# Work item
All lines between the start of the listing below and the line containing "v 9.128 0 20.083", inclusive, must be repeated exactly.
━━━━━ Exercise materials
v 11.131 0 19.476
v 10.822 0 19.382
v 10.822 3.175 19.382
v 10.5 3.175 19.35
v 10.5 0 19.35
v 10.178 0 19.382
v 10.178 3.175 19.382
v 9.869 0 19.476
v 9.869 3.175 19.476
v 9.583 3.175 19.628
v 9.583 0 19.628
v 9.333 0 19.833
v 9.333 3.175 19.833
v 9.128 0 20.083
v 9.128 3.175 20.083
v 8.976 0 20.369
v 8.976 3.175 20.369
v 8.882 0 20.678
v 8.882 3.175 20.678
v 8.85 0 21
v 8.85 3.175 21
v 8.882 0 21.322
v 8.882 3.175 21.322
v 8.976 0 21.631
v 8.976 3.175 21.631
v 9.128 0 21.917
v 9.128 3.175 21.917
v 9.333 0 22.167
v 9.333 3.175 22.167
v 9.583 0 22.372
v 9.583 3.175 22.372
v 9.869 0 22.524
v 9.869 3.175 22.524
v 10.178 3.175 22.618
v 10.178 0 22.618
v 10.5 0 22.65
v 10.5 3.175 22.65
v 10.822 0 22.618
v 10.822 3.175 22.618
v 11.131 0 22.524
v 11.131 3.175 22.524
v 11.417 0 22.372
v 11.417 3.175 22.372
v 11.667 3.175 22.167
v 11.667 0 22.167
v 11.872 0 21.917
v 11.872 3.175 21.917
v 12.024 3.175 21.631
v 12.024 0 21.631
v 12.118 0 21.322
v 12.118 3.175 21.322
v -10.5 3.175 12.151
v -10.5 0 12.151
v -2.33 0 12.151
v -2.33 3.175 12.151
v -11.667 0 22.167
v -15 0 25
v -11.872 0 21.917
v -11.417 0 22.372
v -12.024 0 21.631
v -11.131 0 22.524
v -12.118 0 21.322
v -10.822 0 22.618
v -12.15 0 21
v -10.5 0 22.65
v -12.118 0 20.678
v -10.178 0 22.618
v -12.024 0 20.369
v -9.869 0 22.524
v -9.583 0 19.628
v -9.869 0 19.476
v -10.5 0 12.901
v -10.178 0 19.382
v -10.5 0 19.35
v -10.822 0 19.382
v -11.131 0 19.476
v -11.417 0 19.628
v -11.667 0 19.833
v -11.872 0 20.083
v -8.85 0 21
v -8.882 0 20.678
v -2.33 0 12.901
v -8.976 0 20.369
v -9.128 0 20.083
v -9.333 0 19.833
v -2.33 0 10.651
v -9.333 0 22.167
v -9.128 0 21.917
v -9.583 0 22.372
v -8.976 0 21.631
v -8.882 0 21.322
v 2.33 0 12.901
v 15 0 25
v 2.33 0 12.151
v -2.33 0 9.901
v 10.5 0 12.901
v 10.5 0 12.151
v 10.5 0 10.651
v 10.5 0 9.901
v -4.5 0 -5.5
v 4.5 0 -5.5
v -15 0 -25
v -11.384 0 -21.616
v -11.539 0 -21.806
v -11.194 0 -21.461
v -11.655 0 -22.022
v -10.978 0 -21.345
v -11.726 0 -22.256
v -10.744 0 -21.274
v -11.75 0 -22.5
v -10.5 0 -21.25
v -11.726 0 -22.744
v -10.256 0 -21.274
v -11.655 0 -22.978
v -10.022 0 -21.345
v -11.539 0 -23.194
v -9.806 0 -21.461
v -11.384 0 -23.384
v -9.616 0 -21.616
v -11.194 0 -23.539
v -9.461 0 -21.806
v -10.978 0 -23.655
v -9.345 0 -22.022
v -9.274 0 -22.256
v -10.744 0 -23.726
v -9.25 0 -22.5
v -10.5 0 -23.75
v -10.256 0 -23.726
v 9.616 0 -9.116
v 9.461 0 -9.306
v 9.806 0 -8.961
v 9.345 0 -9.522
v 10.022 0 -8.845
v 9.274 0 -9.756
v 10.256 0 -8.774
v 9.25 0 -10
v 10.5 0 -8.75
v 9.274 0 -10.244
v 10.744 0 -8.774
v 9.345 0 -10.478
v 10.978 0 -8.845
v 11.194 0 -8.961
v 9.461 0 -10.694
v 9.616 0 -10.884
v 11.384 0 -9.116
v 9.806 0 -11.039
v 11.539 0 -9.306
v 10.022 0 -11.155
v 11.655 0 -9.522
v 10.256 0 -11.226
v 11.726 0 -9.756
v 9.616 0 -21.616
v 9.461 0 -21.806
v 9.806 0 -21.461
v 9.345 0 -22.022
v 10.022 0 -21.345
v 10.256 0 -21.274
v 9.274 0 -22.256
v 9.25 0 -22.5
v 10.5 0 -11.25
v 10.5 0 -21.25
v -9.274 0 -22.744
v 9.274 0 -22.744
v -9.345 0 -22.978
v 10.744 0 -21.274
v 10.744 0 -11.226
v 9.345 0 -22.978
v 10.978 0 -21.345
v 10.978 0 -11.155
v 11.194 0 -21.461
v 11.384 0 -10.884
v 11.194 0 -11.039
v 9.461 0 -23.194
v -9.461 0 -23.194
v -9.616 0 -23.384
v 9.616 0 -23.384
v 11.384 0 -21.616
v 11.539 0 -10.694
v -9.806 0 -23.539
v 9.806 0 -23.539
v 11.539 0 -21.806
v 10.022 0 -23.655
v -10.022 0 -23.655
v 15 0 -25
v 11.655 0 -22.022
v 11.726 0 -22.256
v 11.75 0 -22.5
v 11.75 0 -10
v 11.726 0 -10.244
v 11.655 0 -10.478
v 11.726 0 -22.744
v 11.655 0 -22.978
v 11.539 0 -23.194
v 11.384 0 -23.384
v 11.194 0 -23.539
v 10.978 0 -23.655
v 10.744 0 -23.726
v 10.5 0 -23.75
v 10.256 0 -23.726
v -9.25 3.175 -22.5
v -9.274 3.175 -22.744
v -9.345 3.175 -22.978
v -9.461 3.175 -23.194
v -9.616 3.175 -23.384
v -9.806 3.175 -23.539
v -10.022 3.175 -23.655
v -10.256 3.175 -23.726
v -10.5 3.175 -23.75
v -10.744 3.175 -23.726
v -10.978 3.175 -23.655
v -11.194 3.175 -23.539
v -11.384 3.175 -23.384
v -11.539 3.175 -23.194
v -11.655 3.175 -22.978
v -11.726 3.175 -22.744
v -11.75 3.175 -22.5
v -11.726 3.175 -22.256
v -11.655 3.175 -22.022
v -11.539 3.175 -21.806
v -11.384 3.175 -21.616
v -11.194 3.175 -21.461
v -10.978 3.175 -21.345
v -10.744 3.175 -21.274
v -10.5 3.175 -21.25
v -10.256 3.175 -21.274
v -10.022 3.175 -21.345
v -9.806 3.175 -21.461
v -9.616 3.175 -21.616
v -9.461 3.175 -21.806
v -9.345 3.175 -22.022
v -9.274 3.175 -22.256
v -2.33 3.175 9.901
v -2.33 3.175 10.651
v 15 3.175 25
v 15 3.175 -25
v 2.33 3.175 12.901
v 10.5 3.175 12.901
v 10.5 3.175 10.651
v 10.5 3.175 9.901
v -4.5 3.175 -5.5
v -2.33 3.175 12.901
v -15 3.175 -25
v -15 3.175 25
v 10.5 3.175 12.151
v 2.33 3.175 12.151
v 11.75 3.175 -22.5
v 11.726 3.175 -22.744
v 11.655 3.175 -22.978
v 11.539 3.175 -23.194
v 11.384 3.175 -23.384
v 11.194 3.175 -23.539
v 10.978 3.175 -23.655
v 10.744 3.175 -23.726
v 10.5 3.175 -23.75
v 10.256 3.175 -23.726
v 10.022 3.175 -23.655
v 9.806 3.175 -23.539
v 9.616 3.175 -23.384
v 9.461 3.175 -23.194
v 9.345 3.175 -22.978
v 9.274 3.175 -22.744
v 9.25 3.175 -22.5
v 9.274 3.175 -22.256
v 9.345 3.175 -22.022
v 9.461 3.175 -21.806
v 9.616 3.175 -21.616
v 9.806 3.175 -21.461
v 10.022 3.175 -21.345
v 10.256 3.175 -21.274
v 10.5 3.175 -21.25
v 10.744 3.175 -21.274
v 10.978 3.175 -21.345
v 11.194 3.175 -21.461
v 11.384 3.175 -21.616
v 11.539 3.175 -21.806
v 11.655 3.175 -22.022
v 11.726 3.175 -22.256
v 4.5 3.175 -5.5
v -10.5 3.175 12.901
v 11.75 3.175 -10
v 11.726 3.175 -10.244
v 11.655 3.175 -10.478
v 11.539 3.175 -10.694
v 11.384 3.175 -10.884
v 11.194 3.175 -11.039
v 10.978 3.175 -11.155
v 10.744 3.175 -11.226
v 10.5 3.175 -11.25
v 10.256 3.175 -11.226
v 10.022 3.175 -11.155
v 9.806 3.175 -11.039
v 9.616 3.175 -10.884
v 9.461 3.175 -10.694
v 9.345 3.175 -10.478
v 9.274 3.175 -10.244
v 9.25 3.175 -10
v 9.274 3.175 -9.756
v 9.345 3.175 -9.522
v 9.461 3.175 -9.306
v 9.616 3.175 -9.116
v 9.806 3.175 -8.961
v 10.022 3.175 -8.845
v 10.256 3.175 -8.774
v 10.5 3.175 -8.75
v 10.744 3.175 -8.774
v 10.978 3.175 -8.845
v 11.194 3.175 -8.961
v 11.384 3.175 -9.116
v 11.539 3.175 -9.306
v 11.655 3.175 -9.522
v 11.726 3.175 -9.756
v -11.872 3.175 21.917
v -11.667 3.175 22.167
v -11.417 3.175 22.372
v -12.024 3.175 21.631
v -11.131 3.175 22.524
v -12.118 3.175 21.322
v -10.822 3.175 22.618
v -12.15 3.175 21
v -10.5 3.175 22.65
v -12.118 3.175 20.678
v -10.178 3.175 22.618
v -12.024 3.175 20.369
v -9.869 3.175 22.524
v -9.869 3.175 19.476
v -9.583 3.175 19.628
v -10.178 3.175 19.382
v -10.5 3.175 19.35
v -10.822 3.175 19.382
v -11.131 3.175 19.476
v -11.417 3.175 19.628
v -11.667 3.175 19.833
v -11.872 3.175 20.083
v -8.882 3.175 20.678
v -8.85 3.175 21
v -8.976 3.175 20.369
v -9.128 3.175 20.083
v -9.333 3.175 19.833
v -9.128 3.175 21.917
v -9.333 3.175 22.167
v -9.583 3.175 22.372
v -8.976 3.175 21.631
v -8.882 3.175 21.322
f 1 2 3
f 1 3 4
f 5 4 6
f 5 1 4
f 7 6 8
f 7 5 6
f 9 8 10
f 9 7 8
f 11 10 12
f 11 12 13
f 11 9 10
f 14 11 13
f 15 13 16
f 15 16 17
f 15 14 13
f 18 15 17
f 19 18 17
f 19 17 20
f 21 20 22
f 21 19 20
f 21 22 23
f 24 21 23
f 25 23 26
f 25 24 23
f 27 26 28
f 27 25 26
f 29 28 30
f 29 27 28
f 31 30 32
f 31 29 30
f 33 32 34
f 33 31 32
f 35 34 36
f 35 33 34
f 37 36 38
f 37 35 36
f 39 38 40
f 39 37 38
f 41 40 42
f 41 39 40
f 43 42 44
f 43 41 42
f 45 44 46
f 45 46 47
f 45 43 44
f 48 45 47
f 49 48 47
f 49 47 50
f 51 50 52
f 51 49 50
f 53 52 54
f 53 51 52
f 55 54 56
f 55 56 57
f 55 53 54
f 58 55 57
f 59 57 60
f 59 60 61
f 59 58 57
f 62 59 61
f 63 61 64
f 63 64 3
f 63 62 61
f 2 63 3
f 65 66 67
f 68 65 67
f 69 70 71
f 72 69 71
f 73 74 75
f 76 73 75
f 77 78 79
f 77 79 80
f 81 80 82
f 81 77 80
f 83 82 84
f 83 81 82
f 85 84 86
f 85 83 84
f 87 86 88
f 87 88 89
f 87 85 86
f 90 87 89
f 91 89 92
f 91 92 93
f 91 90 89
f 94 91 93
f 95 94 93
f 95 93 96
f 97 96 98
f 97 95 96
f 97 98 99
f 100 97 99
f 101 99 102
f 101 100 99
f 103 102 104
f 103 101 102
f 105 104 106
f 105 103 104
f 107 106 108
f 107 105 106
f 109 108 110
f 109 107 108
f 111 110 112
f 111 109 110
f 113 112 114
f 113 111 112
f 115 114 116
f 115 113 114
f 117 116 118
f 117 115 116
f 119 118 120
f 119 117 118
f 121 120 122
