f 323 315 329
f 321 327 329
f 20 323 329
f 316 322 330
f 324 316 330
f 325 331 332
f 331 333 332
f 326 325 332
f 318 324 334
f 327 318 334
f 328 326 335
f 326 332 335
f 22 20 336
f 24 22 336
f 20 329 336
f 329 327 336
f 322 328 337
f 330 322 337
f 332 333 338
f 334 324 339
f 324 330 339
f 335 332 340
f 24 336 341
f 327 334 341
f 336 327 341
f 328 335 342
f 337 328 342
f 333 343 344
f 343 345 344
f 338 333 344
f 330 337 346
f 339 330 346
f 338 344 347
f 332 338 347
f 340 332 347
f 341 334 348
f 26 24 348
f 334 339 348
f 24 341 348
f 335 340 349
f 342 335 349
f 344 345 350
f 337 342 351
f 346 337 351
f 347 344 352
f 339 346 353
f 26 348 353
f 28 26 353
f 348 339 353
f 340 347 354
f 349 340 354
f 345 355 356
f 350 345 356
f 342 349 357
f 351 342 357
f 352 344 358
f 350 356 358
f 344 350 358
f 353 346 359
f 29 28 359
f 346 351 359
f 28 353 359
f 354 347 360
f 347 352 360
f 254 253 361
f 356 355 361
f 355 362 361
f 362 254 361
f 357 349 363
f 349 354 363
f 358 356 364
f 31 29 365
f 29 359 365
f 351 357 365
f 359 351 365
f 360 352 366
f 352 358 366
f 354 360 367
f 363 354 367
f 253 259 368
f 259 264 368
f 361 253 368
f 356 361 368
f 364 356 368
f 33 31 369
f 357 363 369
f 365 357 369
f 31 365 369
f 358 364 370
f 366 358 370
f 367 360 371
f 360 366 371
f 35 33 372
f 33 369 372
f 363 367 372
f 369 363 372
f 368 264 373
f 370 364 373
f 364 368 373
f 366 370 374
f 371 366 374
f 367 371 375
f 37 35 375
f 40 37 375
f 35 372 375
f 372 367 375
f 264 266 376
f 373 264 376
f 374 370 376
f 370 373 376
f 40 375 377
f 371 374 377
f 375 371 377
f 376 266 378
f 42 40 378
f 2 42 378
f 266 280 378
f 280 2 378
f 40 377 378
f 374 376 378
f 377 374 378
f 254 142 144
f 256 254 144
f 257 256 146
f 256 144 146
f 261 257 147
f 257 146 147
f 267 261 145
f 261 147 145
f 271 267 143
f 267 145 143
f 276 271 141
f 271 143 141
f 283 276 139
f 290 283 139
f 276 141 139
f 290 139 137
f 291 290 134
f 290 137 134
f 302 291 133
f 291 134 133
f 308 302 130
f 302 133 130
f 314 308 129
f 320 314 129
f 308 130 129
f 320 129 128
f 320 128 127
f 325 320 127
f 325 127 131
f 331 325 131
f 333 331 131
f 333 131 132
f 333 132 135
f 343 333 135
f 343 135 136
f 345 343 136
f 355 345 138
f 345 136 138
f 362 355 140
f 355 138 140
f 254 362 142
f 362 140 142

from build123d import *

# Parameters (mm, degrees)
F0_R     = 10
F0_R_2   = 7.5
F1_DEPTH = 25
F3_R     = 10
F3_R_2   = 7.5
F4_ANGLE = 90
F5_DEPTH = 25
━━━━━━━━━━
# Result for this task
v 11.131 0 19.476
v 10.822 0 19.382
v 10.822 3.175 19.382
v 10.5 3.175 19.35
v 10.5 0 19.35
v 10.178 0 19.382
v 10.178 3.175 19.382
v 9.869 0 19.476
v 9.869 3.175 19.476
v 9.583 3.175 19.628
v 9.583 0 19.628
v 9.333 0 19.833
v 9.333 3.175 19.833
v 9.128 0 20.083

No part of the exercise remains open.